提督がどうしてそんな真似をしたかは、一旦置いておこう。今大事なのはそこじゃない。

リンディ提督がリストを手に入れ、どうしたかったのか。結論から言えば、全員スカウトだよ。


そうして入局させ、新六課のメンバーとする。もちろん主要隊長陣は、前六課時代そのまま。

ここは過去六課に絡んだ、優秀な魔導師も加わる。新しく入るメンバーは、全員彼女達の部下。

あくまでも全ての手柄と称賛は、目玉である彼女達が受ける。そういう仕組みにしたかったようだ。


……この条件で納得する人間がいるとは思えないけど、リンディ提督はかなり強引にスカウトしていくしなぁ。

いやね、ここ一〜二年でよりひどくなったようなんだよ。原因は……もう言うまでもないよね。

なんていうか、見ていて悲しいよ。提督だけ僕達とは違う時間に生きているようなんだ。


『また強引だな』

「でもそれが全部でしたよ。ここはヴェートルの件も絡んでいる。
GPOと恭文が解決したというのが、既に常識化していますから。ただ管理局が認めていないというだけの話。
改めて調べて分かったんですけど、その辺りの批判も少なからずあったみたいですね。それも局内から」

『それが市井の管理局離れに拍車かけてんだよなぁ。
実際嬢ちゃん達じゃ止められなかったのは、明白だしよ』

「いっそ認めていいと思うんですけど、難しい事情も絡んでいる事件ですし……これがなかなか」


あとはっきり言えば六課隊長陣は、リンディ・ハラオウンの一派と取れる存在だしね。

ほら、みんなの入局はリンディ提督がきっかけだからさ。その後も付き合いが深いし、そりゃあこうなる。

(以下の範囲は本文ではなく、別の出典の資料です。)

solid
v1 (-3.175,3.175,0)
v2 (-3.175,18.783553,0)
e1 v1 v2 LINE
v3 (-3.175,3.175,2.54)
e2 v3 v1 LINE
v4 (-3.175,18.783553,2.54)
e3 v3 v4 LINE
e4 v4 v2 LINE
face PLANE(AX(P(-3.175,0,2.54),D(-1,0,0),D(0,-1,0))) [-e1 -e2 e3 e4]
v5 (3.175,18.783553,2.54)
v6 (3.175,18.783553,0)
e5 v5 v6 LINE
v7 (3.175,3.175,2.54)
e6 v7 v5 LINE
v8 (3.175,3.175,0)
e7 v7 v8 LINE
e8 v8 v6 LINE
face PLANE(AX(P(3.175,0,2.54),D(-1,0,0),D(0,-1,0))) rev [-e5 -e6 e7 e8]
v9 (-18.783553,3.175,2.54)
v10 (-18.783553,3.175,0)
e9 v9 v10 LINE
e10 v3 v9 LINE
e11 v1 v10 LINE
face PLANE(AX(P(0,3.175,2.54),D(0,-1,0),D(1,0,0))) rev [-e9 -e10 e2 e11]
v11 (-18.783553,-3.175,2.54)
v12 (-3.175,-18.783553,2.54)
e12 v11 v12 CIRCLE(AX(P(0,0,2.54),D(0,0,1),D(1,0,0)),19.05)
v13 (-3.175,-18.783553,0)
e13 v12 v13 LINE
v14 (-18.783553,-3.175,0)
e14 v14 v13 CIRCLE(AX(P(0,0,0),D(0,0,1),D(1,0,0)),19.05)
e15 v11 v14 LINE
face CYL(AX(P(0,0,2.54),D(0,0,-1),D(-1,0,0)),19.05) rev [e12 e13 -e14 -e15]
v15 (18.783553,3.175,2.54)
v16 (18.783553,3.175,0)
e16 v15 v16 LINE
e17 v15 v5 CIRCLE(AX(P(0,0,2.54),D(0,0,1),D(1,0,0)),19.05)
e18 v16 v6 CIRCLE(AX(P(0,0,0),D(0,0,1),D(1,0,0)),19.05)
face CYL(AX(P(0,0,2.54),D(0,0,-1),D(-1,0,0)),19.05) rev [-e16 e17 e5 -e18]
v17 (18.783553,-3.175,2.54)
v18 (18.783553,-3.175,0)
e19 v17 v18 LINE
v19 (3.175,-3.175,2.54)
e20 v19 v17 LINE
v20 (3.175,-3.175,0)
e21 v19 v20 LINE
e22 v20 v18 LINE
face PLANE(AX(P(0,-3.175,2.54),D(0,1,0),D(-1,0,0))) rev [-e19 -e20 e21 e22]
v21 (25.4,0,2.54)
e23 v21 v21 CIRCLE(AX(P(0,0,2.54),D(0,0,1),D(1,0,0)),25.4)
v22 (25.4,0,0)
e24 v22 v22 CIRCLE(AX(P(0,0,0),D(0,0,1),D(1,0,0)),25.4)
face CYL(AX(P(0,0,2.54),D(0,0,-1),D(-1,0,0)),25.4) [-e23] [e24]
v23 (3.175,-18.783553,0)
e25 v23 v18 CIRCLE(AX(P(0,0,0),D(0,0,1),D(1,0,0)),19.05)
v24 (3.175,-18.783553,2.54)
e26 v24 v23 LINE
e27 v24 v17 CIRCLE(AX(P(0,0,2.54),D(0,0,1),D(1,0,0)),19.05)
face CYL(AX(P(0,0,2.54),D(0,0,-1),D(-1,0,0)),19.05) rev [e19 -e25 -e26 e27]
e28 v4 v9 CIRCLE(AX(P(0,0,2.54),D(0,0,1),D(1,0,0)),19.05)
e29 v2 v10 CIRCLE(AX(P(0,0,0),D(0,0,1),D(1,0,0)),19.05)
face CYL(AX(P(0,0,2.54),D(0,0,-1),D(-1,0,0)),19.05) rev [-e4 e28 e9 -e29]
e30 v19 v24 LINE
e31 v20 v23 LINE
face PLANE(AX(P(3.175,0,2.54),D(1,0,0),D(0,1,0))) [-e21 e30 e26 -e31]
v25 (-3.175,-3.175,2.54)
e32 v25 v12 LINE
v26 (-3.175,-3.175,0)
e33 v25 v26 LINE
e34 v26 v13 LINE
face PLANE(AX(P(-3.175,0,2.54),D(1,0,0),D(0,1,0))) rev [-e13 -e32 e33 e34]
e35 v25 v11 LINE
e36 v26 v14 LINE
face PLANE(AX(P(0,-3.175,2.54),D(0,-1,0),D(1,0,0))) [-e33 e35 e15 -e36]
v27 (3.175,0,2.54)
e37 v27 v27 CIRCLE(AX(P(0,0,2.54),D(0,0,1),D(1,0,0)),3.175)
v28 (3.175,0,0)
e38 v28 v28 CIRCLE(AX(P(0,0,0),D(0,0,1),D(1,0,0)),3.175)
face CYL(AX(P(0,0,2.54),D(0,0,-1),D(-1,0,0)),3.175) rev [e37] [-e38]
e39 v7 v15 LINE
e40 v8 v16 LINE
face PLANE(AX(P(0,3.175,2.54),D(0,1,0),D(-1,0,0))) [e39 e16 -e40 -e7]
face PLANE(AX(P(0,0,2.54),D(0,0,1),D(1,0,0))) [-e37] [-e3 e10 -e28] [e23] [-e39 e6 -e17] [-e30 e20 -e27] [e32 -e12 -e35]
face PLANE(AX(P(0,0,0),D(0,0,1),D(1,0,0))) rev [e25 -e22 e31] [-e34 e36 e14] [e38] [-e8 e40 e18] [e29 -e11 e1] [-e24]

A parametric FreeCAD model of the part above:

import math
import FreeCAD as App
import Part
import Sketcher
Q = App.Units.Quantity

doc = App.newDocument("Part")
body = doc.addObject("PartDesign::Body", "Body")

# Sketch on XY plane
sketch1 = body.newObject("Sketcher::SketchObject", "Sketch")
sketch1.AttachmentSupport = (doc.getObject("XY_Plane"), [""])
sketch1.MapMode = "FlatFace"
sketch1.addGeometry(Part.Circle(App.Vector(0, 0, 0), App.Vector(0, 0, 1), 25), False)
sketch1.addConstraint([
    Sketcher.Constraint("Coincident", 0, 3, -1, 1),
    Sketcher.Constraint("Diameter", 0, Q("2 in")),
])
pad1 = body.newObject("PartDesign::Pad", "Pad")
pad1.Profile = sketch1
pad1.Length = Q("0.1 in")

# Sketch on XY plane
sketch2 = body.newObject("Sketcher::SketchObject", "Sketch001")
sketch2.AttachmentSupport = (doc.getObject("XY_Plane"), [""])
sketch2.MapMode = "FlatFace"
sketch2.addGeometry([
    Part.LineSegment(App.Vector(-3.2, -18.8, 0), App.Vector(-3.2, -3.2, 0)),  # 0
    Part.LineSegment(App.Vector(-3.2, -3.2, 0), App.Vector(-18.8, -3.2, 0)),  # 1
    Part.ArcOfCircle(Part.Circle(App.Vector(0, 0, 0), App.Vector(0, 0, 1), 19), math.radians(-170), math.radians(-100)),  # 2
    Part.LineSegment(App.Vector(-18.8, 3.2, 0), App.Vector(-3.2, 3.2, 0)),  # 3
    Part.LineSegment(App.Vector(-3.2, 3.2, 0), App.Vector(-3.2, 18.8, 0)),  # 4
    Part.ArcOfCircle(Part.Circle(App.Vector(0, 0, 0), App.Vector(0, 0, 1), 19), math.radians(100), math.radians(170)),  # 5
    Part.LineSegment(App.Vector(3.2, 18.8, 0), App.Vector(3.2, 3.2, 0)),  # 6
    Part.LineSegment(App.Vector(3.2, 3.2, 0), App.Vector(18.8, 3.2, 0)),  # 7
    Part.ArcOfCircle(Part.Circle(App.Vector(0, 0, 0), App.Vector(0, 0, 1), 19), math.radians(10), math.radians(80)),  # 8
    Part.LineSegment(App.Vector(18.8, -3.2, 0), App.Vector(3.2, -3.2, 0)),  # 9
    Part.LineSegment(App.Vector(3.2, -3.2, 0), App.Vector(3.2, -18.8, 0)),  # 10
    Part.ArcOfCircle(Part.Circle(App.Vector(0, 0, 0), App.Vector(0, 0, 1), 19), math.radians(-80), math.radians(-10)),  # 11
    Part.Circle(App.Vector(0, 0, 0), App.Vector(0, 0, 1), 3.2),  # 12
], False)
sketch2.addConstraint([
    Sketcher.Constraint("Coincident", 0, 2, 1, 1),
    Sketcher.Constraint("Coincident", 1, 2, 2, 1),
    Sketcher.Constraint("Coincident", 2, 2, 0, 1),
    Sketcher.Constraint("Coincident", 3, 2, 4, 1),
    Sketcher.Constraint("Coincident", 4, 2, 5, 1),
    Sketcher.Constraint("Coincident", 5, 2, 3, 1),
    Sketcher.Constraint("Coincident", 6, 2, 7, 1),
    Sketcher.Constraint("Coincident", 7, 2, 8, 1),
    Sketcher.Constraint("Coincident", 8, 2, 6, 1),
    Sketcher.Constraint("Coincident", 9, 2, 10, 1),
    Sketcher.Constraint("Coincident", 10, 2, 11, 1),
    Sketcher.Constraint("Coincident", 11, 2, 9, 1),
    Sketcher.Constraint("Vertical", 0),
    Sketcher.Constraint("Horizontal", 1),
    Sketcher.Constraint("Horizontal", 3),
    Sketcher.Constraint("Vertical", 4),
    Sketcher.Constraint("Vertical", 6),
    Sketcher.Constraint("Horizontal", 7),
    Sketcher.Constraint("Horizontal", 9),
    Sketcher.Constraint("Vertical", 10),
    Sketcher.Constraint("Coincident", 2, 3, -1, 1),
    Sketcher.Constraint("Coincident", 5, 3, -1, 1),
    Sketcher.Constraint("Coincident", 8, 3, -1, 1),
    Sketcher.Constraint("Coincident", 11, 3, -1, 1),
    Sketcher.Constraint("Coincident", 12, 3, -1, 1),
    Sketcher.Constraint("Equal", 2, 5),
    Sketcher.Constraint("Equal", 5, 8),
    Sketcher.Constraint("Equal", 8, 11),
    Sketcher.Constraint("Symmetric", 0, 2, 6, 2, -1, 1),
    Sketcher.Constraint("Symmetric", 3, 2, 9, 2, -1, 1),
    Sketcher.Constraint("Symmetric", 3, 2, 6, 2, -2),
    Sketcher.Constraint("Equal", 9, 0),
    Sketcher.Constraint("Diameter", 12, Q("0.25 in")),
    Sketcher.Constraint("Radius", 2, Q("0.75 in")),
    Sketcher.Constraint("DistanceY", 1, 2, 5, 2, Q("0.25 in")),
])
pocket1 = body.newObject("PartDesign::Pocket", "Pocket")
pocket1.Profile = sketch2
pocket1.Length = Q("0.1 in")
pocket1.Reversed = True

doc.recompute()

例えばヴェートルの件では、提督が不問。一派であるはやて達が『英雄』扱い。まぁすぐに剥がれたけど。


六課ではそんな提督が後見人で、現場にいたはやて達の動き方はあの有様。

……ね、こうして見ると不思議でしょ? はやて達を守るように提督が動くと、すっごく黒くなってくる。

だからね、みんなへの批判は同時に……リンディ提督への批判にも繋がっているんだよ。


「ただその批判は、はやて達には届いていない。少なくとも直接言われた分以外は」

『全部提督が手を回して、封殺していたと』

「管理局内にあるものは……ですけどね。あと……三佐、これはオフレコでお願いします。
査察部でも六課の動き方や影響を鑑みて、はやて達にも言っていない事です」

『なんだなんだ、また重い話か』

「えぇ。……最高評議会は、六課にスカリエッティとレジアス中将を始末させようとしたんです」


そこで三佐の目が細まり、どういう事かと視線で聞いてくる。

……まぁそうなるよね、僕もさすがにありえないとか思っちゃってたしさ。

この事を知っているのは局上層部と、データを実際に見たクロノとサリエルさんくらいか。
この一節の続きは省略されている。